By order of the Board
Zoomlion Heavy Industry Science and Technology Co., Ltd.*
Zhan Chunxin
Chairman
Changsha, the PRC, 25 November 2025
As at the date of this notice, the executive director of the Company is Dr. Zhan Chunxin; the non-executive directors are Mr. He Liu and Mr. Wang Xianping; and the independent non-executive directors are Mr. Zhang Chenghu, Mr. Huang Guobin, Mr. Wu Baohai and Ms. Huang Jun.
Notes:
(1) Eligibility for attending the H Shares Class Meeting and closure of H share register of members
The H share register of members of the Company will be closed for the purpose of determining entitlement of holders of H shares to attend and vote at the H Shares Class Meeting, from Monday, 8 December 2025 to Thursday, 11 December 2025 (both days inclusive), during which period no transfer of shares will be registered. Holders of H shares whose names appear on the H share register of members of the Company on Thursday, 11 December 2025 are entitled to attend and vote at the H Shares Class Meeting. In order to attend and vote at the H Shares Class Meeting, holders of H shares should ensure that all transfer documents, accompanied by the relevant share certificates, are lodged with the Company's H share registrar, Computershare Hong Kong Investor Services Limited, at Shops 1712-16, 17th Floor, Hopewell Centre, 183 Queen's Road East, Wan Chai, Hong Kong not later than 4:30 p.m. on Friday, 5 December 2025.
- For identification purpose only
NOTICE OF H SHARES CLASS MEETING
(2) Proxy
a. Each shareholder entitled to attend and vote at the H Shares Class Meeting may appoint one or more proxies in writing to attend and vote on his behalf. A proxy need not be a shareholder.

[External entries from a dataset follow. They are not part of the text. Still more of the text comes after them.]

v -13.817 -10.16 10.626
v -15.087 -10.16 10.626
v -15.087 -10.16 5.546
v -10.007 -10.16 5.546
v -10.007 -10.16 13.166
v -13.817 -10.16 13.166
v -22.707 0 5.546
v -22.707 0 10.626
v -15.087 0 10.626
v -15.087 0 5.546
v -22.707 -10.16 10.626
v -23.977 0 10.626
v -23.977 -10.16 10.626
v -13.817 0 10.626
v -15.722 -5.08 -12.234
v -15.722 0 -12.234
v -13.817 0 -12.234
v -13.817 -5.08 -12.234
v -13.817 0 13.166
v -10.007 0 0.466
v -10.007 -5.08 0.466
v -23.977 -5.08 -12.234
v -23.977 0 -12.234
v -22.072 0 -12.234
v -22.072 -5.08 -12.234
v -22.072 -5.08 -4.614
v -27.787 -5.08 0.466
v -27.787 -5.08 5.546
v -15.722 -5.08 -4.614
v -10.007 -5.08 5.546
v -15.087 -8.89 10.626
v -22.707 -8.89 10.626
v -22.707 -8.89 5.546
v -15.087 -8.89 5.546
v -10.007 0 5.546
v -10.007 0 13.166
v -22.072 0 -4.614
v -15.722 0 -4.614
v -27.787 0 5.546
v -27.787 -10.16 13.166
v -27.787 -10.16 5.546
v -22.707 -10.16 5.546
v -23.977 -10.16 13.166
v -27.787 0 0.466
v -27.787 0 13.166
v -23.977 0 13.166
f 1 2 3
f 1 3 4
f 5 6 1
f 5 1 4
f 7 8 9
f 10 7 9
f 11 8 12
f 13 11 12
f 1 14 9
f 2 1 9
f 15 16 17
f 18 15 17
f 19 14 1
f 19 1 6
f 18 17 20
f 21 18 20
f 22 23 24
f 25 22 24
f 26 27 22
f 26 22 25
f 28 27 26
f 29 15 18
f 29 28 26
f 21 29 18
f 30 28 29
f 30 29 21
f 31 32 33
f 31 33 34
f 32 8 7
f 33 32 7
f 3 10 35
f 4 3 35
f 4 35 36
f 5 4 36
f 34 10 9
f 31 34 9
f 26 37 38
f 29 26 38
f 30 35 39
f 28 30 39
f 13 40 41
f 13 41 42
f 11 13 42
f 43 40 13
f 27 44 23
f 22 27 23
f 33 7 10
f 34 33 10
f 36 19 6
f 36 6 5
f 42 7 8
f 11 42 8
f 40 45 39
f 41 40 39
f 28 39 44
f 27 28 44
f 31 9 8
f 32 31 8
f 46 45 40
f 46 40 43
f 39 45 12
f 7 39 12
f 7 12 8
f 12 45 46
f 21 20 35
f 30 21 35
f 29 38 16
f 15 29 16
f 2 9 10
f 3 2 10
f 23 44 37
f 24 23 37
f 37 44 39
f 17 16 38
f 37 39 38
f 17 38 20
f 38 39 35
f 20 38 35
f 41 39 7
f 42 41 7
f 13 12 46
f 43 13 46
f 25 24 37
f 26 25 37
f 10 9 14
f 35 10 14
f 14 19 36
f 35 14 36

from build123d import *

# Parameters (mm, degrees)
F0_W     = 3.81
F0_H     = 2.54
F1_DEPTH = 10.16
F2_DEPTH = 8.89
F3_DEPTH = 5.08


with BuildPart() as f1:
    # F0 (on Front) → F1 (new body)
    with BuildSketch(Plane.XZ):
        with Locations((-25.8821314108, 11.8955207688)):
            Rectangle(F0_W, F0_H)
        Polygon((-27.7871314108, 5.5455207688), (-22.7071314108, 5.5455207688), (-22.7071314108, 10.6255207688), (-23.9771314108, 10.6255207688), (-27.7871314108, 10.6255207688), align=None)
    extrude(amount=F1_DEPTH)


with BuildPart() as f1b:
    # F0 (on Front) → F1, piece 2 (new body)
    with BuildSketch(Plane.XZ):
        with Locations((-11.9121314108, 11.8955207688)):
            Rectangle(F0_W, F0_H)
        Polygon((-10.0071314108, 5.5455207688), (-10.0071314108, 10.6255207688), (-13.8171314108, 10.6255207688), (-15.0871314108, 10.6255207688), (-15.0871314108, 5.5455207688), align=None)
    extrude(amount=F1_DEPTH)


with BuildPart() as f2:
    # F0 (on Front) → F2 (new body)
    with BuildSketch(Plane.XZ):
        Polygon((-18.8971314108, 5.5455207688), (-15.0871314108, 5.5455207688), (-15.0871314108, 10.6255207688), (-18.8971314108, 10.6255207688), (-22.7071314108, 10.6255207688), (-22.7071314108, 5.5455207688), align=None)
    extrude(amount=F2_DEPTH)


with BuildPart() as f3:
    # F0 (on Front) → F3 (new body)
    with BuildSketch(Plane.XZ):
        Polygon((-10.0071314108, 0.4655207688), (-10.0071314108, 5.5455207688), (-15.0871314108, 5.5455207688), (-18.8971314108, 5.5455207688), (-22.7071314108, 5.5455207688), (-27.7871314108, 5.5455207688), (-27.7871314108, 0.4655207688), (-23.9771314108, -12.2344792312), (-22.0721314108, -12.2344792312), (-22.0721314108, -4.6144792312), (-18.8971314108, -4.6144792312), (-15.7221314108, -4.6144792312), (-15.7221314108, -12.2344792312), (-13.8171314108, -12.2344792312), align=None)
    extrude(amount=F3_DEPTH)


solid = Compound([f1.part, f1b.part, f2.part, f3.part])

b. The instrument appointing a proxy must be in writing by the appointor or his attorney duly authorised in writing, or if the appointor is a legal entity, either under seal or signed by a director or a duly authorised attorney. If that instrument is signed by an attorney of the appointor, the power of attorney authorising that attorney to sign or other authorisation document must be notarised.

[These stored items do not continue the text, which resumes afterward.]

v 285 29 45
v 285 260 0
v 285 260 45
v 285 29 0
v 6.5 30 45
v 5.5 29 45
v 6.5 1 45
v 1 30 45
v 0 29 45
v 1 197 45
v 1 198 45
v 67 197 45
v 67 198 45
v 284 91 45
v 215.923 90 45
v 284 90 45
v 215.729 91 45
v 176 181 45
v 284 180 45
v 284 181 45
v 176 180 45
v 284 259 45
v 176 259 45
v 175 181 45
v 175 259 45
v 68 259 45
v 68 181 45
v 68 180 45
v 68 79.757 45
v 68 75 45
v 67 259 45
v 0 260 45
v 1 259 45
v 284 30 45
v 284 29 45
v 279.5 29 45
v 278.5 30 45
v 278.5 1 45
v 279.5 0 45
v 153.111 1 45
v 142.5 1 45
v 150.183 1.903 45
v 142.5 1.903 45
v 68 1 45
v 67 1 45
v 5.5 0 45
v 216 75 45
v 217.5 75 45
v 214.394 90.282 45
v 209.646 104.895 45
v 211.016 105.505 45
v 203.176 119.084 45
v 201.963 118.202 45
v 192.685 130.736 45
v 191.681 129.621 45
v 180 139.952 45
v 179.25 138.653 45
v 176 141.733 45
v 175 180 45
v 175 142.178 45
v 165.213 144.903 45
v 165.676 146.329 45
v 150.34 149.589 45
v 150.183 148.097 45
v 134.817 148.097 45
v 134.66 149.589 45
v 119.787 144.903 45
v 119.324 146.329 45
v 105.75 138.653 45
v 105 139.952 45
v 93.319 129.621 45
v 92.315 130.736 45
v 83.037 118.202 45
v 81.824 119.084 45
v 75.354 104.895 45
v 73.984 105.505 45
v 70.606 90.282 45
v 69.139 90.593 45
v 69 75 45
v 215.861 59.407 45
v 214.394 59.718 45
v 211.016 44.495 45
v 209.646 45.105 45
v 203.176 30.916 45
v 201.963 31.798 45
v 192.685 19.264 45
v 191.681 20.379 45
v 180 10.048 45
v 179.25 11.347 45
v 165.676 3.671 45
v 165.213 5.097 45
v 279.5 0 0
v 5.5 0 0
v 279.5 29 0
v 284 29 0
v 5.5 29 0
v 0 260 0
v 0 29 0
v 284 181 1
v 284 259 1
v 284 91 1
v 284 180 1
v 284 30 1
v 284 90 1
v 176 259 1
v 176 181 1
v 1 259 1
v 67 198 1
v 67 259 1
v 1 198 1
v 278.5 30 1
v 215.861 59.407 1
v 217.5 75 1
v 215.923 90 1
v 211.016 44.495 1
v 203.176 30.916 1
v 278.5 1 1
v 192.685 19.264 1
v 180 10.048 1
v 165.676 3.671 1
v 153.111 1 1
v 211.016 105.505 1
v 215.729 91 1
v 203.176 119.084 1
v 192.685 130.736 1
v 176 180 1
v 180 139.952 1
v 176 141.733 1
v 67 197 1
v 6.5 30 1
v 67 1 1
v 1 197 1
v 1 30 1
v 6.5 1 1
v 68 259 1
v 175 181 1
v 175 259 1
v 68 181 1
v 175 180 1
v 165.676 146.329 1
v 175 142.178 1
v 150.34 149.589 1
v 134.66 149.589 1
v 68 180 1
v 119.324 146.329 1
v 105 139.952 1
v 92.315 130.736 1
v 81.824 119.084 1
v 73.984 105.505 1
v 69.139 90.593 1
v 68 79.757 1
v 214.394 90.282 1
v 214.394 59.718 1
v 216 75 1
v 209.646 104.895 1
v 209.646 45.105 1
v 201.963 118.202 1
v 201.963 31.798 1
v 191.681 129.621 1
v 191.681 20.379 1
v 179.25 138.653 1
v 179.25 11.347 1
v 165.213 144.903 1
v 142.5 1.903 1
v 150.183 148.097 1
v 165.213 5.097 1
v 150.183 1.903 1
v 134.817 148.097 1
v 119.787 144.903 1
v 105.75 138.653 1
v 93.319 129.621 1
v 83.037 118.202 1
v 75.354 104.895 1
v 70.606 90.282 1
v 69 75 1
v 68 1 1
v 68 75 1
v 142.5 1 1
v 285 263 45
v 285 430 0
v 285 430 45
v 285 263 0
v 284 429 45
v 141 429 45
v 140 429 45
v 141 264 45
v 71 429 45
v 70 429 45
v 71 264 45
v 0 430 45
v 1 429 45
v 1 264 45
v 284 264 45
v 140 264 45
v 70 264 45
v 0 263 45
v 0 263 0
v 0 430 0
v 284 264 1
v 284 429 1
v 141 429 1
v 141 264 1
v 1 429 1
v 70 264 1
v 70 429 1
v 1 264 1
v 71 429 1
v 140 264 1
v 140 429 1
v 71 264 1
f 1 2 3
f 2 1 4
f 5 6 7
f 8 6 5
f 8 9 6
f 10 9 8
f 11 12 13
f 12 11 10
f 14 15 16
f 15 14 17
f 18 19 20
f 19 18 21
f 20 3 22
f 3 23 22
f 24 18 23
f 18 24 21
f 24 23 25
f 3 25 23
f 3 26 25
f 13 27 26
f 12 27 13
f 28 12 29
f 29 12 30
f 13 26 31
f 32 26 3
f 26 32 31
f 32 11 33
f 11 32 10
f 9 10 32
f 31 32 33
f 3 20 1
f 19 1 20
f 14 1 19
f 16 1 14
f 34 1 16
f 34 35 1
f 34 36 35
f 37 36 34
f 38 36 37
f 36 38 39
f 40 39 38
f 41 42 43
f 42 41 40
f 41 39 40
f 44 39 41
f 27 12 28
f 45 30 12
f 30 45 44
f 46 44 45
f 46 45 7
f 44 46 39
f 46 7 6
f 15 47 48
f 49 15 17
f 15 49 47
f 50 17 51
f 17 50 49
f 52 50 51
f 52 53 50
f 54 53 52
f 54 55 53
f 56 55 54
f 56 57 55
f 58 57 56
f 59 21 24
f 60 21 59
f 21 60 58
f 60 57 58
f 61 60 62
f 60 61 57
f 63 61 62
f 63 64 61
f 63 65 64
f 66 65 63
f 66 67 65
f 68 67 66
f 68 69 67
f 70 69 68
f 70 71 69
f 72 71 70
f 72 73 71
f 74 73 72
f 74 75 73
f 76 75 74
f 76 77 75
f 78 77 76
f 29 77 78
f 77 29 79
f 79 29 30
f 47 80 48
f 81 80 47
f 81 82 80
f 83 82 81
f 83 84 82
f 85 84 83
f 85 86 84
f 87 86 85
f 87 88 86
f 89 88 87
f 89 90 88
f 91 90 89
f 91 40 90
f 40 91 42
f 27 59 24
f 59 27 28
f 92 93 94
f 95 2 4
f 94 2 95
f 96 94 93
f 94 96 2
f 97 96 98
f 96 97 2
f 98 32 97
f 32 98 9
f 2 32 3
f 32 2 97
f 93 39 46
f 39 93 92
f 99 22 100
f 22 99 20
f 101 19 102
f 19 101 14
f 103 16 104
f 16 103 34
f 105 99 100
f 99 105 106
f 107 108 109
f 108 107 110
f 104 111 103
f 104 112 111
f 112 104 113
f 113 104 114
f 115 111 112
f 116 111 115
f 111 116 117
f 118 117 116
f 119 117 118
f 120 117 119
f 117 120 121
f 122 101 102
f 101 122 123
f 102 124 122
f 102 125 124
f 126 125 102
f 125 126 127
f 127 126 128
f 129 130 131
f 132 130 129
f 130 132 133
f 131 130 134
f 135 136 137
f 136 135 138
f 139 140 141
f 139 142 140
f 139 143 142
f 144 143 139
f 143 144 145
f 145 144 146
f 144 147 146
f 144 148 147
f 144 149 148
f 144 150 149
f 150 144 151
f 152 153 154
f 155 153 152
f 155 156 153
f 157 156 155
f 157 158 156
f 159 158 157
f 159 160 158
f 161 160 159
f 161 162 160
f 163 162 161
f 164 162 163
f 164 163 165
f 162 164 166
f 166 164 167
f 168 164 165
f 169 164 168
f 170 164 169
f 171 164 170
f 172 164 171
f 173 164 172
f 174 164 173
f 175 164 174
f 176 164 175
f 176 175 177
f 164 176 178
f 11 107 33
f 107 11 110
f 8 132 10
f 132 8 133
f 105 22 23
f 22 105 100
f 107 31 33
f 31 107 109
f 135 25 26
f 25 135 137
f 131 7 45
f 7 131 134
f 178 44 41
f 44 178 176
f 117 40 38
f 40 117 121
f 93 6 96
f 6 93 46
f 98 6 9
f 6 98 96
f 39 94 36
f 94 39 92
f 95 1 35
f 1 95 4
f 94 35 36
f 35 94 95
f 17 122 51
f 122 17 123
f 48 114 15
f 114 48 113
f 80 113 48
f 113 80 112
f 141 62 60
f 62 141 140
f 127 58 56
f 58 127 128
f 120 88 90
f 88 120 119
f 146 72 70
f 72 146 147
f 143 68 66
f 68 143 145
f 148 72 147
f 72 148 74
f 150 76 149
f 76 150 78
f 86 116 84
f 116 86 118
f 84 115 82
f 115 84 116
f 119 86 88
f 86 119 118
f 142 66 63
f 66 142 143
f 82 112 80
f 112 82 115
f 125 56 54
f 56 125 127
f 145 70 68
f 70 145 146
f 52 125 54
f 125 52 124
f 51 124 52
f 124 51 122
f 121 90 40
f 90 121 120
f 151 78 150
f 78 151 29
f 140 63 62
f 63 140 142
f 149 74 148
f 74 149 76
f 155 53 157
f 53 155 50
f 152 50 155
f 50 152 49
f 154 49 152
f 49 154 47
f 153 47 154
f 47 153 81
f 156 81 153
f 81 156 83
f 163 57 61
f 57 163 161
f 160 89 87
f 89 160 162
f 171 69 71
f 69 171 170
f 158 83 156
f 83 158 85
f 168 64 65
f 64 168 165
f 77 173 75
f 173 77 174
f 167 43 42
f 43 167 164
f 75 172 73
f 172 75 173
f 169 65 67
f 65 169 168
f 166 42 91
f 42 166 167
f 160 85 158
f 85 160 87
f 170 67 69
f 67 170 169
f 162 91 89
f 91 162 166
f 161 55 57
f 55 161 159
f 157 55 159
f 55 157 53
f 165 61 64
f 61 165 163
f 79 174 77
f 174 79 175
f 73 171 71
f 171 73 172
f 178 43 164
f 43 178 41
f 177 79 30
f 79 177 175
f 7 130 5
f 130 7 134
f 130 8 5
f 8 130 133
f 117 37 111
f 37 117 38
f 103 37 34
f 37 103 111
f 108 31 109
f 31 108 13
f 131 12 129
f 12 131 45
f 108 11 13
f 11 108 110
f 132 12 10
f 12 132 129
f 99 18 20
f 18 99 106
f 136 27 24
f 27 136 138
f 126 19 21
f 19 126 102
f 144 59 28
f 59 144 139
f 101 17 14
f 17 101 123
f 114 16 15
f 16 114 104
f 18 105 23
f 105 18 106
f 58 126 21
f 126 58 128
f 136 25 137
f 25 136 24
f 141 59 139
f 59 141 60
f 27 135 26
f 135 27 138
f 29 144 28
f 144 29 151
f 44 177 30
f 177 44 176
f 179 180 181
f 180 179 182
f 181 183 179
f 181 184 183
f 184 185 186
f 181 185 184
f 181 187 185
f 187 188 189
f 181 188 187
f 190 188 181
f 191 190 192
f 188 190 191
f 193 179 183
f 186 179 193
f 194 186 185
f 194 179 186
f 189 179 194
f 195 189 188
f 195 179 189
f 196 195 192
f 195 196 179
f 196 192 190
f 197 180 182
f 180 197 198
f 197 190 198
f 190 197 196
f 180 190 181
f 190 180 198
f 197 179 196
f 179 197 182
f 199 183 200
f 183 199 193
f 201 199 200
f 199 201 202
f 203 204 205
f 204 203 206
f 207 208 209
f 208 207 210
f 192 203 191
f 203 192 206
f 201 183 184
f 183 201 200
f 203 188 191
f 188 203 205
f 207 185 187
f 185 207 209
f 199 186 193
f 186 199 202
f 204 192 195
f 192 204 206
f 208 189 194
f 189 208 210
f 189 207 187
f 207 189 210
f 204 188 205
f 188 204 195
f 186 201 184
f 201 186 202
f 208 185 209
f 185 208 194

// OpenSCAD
// Définition des variables
frontZoneDepth = 260; // profondeur de la zone avant (mm)
backZoneDepth = 170; // profondeur de la zone arrière (mm)
totalDepth = frontZoneDepth + backZoneDepth; // profondeur totale (mm)
backZoneStart = totalDepth - 167; // position de la zone arrière (mm)
totalWidth = 285;        // largeur totale (mm)
totalHeight = 45; // hauteur totale (mm)
frontZoneWidth = 274; // largeur de la zone avant (mm)
// hauteur totale (mm)
hasBottom = true;        // avec un fond ou non
bottomThickness = 1;     // épaisseur du fond (mm)
borderThickness = 1;     // épaisseur des bords (mm)
//Variables pour les compartiments
headbandCompartimentSize = 150; // taille (diametre) du compartiment pour le bandeau (mm)
frontNotchWidth = (totalWidth - frontZoneWidth) / 2;//largeur des encoches de la zone reserré à l'avant
frontNotchHeight = 29; // hauteur des encoches de la zone reserré à l'avant
module drawQuadrilateralFrame(width, depth, height, useBottom) {difference() {cube([width, depth, height]);
    translate([borderThickness, borderThickness, useBottom ? bottomThickness : 0]) {cube([width - 2 * borderThickness,
            depth - 2 * borderThickness, height]);}}}

module drawHeadbandFrame(diameter, borderThickness, borderHeight) {difference() {cylinder(h = borderHeight, d = diameter
);
    cylinder(h = borderHeight, d = diameter - borderThickness*3);
    translate([- diameter / 2, - diameter / 2, 0]) {cube([diameter / 2, diameter / 2, borderHeight], center = false);}}

}

module horizontalSeparator(size) {cube([size, borderThickness, totalHeight]);}

module verticalSeparator(size) {cube([borderThickness, size, totalHeight]);}

module drawFrontFrame() {

    //Main front frame
    difference() {drawQuadrilateralFrame(totalWidth, frontZoneDepth, totalHeight, hasBottom);

        //Front notchs
        translate([totalWidth - frontNotchWidth, 0, 0]) {drawQuadrilateralFrame(frontNotchWidth, frontNotchHeight,
        totalHeight, hasBottom);}
        drawQuadrilateralFrame(frontNotchWidth, frontNotchHeight, totalHeight, hasBottom);}

    //Front notchs separators
    translate([frontNotchWidth, 0, 0]) {verticalSeparator(frontNotchHeight + borderThickness);}
    translate([totalWidth - frontNotchWidth - borderThickness, 0, 0]) {verticalSeparator(frontNotchHeight +
        borderThickness);}
    translate([0, frontNotchHeight, 0]) {horizontalSeparator(frontNotchWidth);}
    translate([totalWidth - frontNotchWidth - borderThickness, frontNotchHeight, 0]) {horizontalSeparator(
    frontNotchWidth);}


    // headband
    translate([totalWidth / 2, headbandCompartimentSize / 2, 0]) {drawHeadbandFrame(headbandCompartimentSize,
    borderThickness, totalHeight);}

    translate([0, 197, 0]) {horizontalSeparator(67);}
    translate([67, 180, 0]) {horizontalSeparator(217);}
    translate([215, 90, 0]) {horizontalSeparator(69);}
    translate([175, 141, 0]) {verticalSeparator(119);}
    translate([67, 0, 0]) {verticalSeparator(frontZoneDepth);}}

module drawBackFrame() {//main Back frame
    translate([0, backZoneStart, 0]) {drawQuadrilateralFrame(totalWidth, totalDepth - backZoneStart, totalHeight,
    hasBottom);
        translate([70, 0, 0]) {verticalSeparator(totalDepth - backZoneStart);}
        translate([140, 0, 0]) {verticalSeparator(totalDepth - backZoneStart);}}


}

drawFrontFrame();
drawBackFrame();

c. To be valid, for holders of H shares, the proxy form and notarised power of attorney or other authorisation document must be delivered to the Company's H share registrar, Computershare Hong Kong Investor Services Limited, at 17M Floor, Hopewell Centre, 183 Queen's Road East, Wan Chai, Hong Kong not less than 24 hours before the time appointed for the H Shares Class Meeting (proxy form for use at the H Shares Class Meeting is attached herewith). If a shareholder appoints more than one proxy, such proxies shall only exercise the right to vote by poll.
(3) Registration procedures for attending the H Shares Class Meeting
A shareholder or his proxy should produce proof of identity when attending the H Shares Class Meeting. If a shareholder is a legal entity, its legal representative or other person authorised by the board of directors or other governing body of such shareholder may attend the H Shares Class Meeting by producing a copy of the resolution of the board of directors or other governing body of such shareholder appointing such person to attend the meeting.
(4) Voting by poll
According to Rule 13.39(4) of Rules Governing the Listing of Securities on The Stock Exchange of Hong Kong Limited, any vote of shareholders at a general meeting must be taken by poll. Accordingly, the chairman of the H Shares Class Meeting will demand a poll in relation to all the proposed resolutions at the H Shares Class Meeting in accordance with the Company's articles of association.
(5) Miscellaneous
a. The H Shares Class Meeting is expected to last for no more than half a day. Shareholders (or their proxies) attending the meeting in person are responsible for their own transportation and accommodation expenses.
b. The address of Computershare Hong Kong Investor Services Limited is: 17M Floor, Hopewell Centre, 183 Queen's Road East, Wan Chai, Hong Kong.
c. The registered office of the Company is: No. 361, Yin Pen South Road, Changsha City, Hunan Province, the PRC. Telephone: (86 731) 88788432. Fax: (86 731) 85651157. Email: [email protected].